Connect anything via Zapier Webhooks — no code, no Make, no servers.

# Zap recipe:
#   Trigger: any (Schedule / Webhook / Form)
#   Action 1: Webhooks by Zapier → POST
#     URL:     https://fareof.com/api/search/ai
#     Headers: Authorization: Bearer YOUR_FAREOF_KEY
#     Payload: { "prompt": "{{trigger.intent}}" }
#   Action 2: iterate over data.items → push each into Sheets / Notion / CRM
#
# Same pattern for /api/verify (single email) — wire it to a Typeform
# submission to score+save leads in real time.
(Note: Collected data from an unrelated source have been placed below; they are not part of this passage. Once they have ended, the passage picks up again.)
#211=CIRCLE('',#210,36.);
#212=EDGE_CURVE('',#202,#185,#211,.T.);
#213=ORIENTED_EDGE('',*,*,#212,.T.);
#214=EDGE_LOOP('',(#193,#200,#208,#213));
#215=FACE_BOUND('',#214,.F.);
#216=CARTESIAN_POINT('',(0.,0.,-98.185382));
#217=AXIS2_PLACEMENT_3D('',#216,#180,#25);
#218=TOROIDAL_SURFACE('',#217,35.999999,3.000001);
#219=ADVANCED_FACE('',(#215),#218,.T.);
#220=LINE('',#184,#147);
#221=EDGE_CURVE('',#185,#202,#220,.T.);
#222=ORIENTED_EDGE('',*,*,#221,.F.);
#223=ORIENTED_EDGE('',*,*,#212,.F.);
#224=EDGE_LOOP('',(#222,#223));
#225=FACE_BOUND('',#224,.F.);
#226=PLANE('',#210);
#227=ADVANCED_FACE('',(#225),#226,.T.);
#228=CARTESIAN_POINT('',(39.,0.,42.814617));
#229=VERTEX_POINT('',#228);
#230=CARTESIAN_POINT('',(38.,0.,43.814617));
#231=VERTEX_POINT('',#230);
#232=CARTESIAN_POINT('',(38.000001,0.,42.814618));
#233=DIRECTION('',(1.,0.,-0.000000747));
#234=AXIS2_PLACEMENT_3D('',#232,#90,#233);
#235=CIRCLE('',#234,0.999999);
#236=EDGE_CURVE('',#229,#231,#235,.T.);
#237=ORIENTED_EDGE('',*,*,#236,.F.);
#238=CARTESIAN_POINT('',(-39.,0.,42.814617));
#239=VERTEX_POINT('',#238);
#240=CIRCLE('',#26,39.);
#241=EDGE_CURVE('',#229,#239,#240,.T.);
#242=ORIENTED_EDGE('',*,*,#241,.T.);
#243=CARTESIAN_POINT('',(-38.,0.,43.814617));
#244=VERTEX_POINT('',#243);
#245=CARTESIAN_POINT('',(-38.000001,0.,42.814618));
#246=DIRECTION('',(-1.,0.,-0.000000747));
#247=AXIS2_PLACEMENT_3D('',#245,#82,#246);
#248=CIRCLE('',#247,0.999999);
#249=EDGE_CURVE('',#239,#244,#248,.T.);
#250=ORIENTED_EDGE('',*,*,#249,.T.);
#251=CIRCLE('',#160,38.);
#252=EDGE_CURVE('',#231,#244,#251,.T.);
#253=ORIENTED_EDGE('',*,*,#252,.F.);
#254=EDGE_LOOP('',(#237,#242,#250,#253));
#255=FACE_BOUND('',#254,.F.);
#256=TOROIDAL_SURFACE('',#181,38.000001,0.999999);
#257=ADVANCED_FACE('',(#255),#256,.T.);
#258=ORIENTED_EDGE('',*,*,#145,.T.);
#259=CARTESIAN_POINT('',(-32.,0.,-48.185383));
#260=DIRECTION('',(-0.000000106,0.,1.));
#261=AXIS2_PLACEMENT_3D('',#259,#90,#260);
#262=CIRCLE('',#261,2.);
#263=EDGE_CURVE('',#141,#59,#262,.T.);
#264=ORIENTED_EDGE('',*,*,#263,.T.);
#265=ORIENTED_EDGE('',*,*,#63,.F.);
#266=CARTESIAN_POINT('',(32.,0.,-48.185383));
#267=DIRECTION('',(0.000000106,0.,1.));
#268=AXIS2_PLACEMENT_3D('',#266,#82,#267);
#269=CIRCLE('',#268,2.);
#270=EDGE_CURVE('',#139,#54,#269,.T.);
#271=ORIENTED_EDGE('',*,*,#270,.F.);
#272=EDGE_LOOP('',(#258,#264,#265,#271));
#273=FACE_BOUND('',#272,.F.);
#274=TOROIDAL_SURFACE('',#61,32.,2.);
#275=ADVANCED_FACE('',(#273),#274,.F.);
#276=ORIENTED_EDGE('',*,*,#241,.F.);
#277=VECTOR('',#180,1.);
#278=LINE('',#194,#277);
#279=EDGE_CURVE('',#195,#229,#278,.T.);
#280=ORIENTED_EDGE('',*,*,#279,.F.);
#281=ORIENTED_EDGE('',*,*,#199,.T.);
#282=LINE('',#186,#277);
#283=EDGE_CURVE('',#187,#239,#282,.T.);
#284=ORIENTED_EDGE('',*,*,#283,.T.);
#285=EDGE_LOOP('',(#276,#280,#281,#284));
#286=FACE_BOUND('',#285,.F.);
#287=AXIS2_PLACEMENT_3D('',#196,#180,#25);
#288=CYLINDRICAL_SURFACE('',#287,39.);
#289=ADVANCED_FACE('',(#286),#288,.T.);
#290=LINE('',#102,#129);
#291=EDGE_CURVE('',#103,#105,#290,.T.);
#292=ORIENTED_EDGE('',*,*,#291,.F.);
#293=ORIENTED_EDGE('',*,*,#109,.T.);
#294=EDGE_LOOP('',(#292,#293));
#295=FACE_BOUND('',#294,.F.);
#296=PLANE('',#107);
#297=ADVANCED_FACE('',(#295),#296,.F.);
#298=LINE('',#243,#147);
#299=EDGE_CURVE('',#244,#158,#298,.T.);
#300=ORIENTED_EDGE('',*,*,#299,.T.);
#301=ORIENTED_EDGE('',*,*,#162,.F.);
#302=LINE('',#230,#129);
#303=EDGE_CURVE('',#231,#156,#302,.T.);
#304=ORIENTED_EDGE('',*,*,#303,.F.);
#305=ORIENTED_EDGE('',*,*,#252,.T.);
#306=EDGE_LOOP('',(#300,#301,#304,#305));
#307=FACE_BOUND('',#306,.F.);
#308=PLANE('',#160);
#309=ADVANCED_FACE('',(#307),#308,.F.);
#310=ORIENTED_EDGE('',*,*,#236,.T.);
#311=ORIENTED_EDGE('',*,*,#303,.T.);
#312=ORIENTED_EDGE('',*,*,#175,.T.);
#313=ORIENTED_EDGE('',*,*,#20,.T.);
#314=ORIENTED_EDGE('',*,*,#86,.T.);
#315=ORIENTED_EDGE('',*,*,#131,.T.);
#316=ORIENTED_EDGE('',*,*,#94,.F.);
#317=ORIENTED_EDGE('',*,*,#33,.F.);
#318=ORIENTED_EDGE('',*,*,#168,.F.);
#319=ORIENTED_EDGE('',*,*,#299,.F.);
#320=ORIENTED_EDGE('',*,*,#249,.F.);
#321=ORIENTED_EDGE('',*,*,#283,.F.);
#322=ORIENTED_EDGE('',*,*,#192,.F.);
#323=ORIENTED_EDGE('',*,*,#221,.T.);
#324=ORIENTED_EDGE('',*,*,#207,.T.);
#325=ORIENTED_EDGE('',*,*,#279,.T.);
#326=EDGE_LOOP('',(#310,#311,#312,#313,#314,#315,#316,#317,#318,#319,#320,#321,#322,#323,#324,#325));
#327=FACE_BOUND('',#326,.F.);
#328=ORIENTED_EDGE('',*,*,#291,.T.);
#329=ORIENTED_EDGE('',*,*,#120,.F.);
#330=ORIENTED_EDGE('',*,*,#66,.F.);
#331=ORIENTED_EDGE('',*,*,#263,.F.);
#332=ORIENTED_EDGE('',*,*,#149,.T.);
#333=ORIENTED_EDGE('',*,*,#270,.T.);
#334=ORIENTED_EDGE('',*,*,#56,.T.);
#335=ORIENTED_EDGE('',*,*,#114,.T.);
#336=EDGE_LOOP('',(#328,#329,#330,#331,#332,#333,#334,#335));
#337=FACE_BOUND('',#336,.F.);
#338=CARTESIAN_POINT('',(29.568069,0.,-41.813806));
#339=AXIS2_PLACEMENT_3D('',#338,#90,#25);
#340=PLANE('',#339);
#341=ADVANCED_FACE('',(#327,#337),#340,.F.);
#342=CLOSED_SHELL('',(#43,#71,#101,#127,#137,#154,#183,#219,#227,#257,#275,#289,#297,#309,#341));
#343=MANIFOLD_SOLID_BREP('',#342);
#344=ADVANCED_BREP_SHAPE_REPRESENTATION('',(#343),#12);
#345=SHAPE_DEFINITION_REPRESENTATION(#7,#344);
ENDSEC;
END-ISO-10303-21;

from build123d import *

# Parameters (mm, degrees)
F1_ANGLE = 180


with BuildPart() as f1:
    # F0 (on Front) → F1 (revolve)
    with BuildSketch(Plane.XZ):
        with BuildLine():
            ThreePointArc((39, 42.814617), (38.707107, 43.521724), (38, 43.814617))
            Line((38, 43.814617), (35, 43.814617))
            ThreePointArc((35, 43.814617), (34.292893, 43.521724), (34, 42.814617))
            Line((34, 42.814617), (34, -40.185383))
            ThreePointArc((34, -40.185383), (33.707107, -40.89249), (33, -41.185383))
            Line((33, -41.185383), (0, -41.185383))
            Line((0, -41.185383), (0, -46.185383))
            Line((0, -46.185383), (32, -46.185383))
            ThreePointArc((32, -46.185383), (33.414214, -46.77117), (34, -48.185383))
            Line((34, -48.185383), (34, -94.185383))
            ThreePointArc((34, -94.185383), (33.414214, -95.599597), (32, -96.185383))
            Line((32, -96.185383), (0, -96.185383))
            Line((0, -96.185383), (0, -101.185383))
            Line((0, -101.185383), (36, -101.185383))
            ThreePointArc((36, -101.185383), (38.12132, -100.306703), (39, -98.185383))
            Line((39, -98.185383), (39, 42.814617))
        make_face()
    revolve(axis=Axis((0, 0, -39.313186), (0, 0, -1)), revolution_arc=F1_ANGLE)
Want a deeper integration? Hit [email protected] with the tool name — we usually publish a new recipe within a week.

Webhooks

fareof receives webhooks from DodoPayments at POST /api/webhooks/dodo for billing events (subscription created/updated/canceled). Signature is verified with standardwebhooks using DODO_WEBHOOK_KEY. Outbound webhooks (account → your servers) are not yet available.

Changelog

v0.4.02026-04-28feature

API keys: mint, list, revoke under /app/settings/api-keys. Keys hashed with sha-256 + pepper.
Bearer token auth on all /api/* endpoints (in addition to the existing cookie session).
Public docs at /docs with quickstart + endpoint reference + this changelog.

v0.3.02026-04-28seo

Cache-Control TTL dropped from 1 year to 5 minutes (with stale-while-revalidate).
metadataBase set to https://fareof.com — OG/Twitter cards no longer broken.
Sitemap regenerated as app/sitemap.ts; robots.txt cleaned up.
Security headers (HSTS, X-Frame-Options, X-Content-Type-Options, Referrer-Policy, Permissions-Policy) added globally.
Auth pages now noindex.
JSON-LD: SoftwareApplication, FAQPage, Product+Offer, BreadcrumbList shipped.
New /about page; metadata on /privacy /terms /refund.

v0.2.02026-04-28infra

Production deploy: ems server (Ubuntu 24.04, 64GB RAM, NVMe).
Postgres 16 + pgvector + pg_trgm provisioned, tuned for the box.
Cloudflare Tunnel terminating HTTPS at the edge → systemd Next.js + Fastify on the box.
Architecture: same-origin (no api.fareof.com) so cookies flow without cross-subdomain config.

v0.1.02026-04-28initial

SuperAdmin panel at /admin: users, organizations, plans CRUD.
AI prompt search via z.ai; triple-verified emails through the fareof verifier.
Lead lists + bulk verification + CSV export.
DodoPayments billing (test mode) on the four-tier plan ladder ($0 / $40 / $150 / $400).
Email verification + password reset via SMTP (Brevo).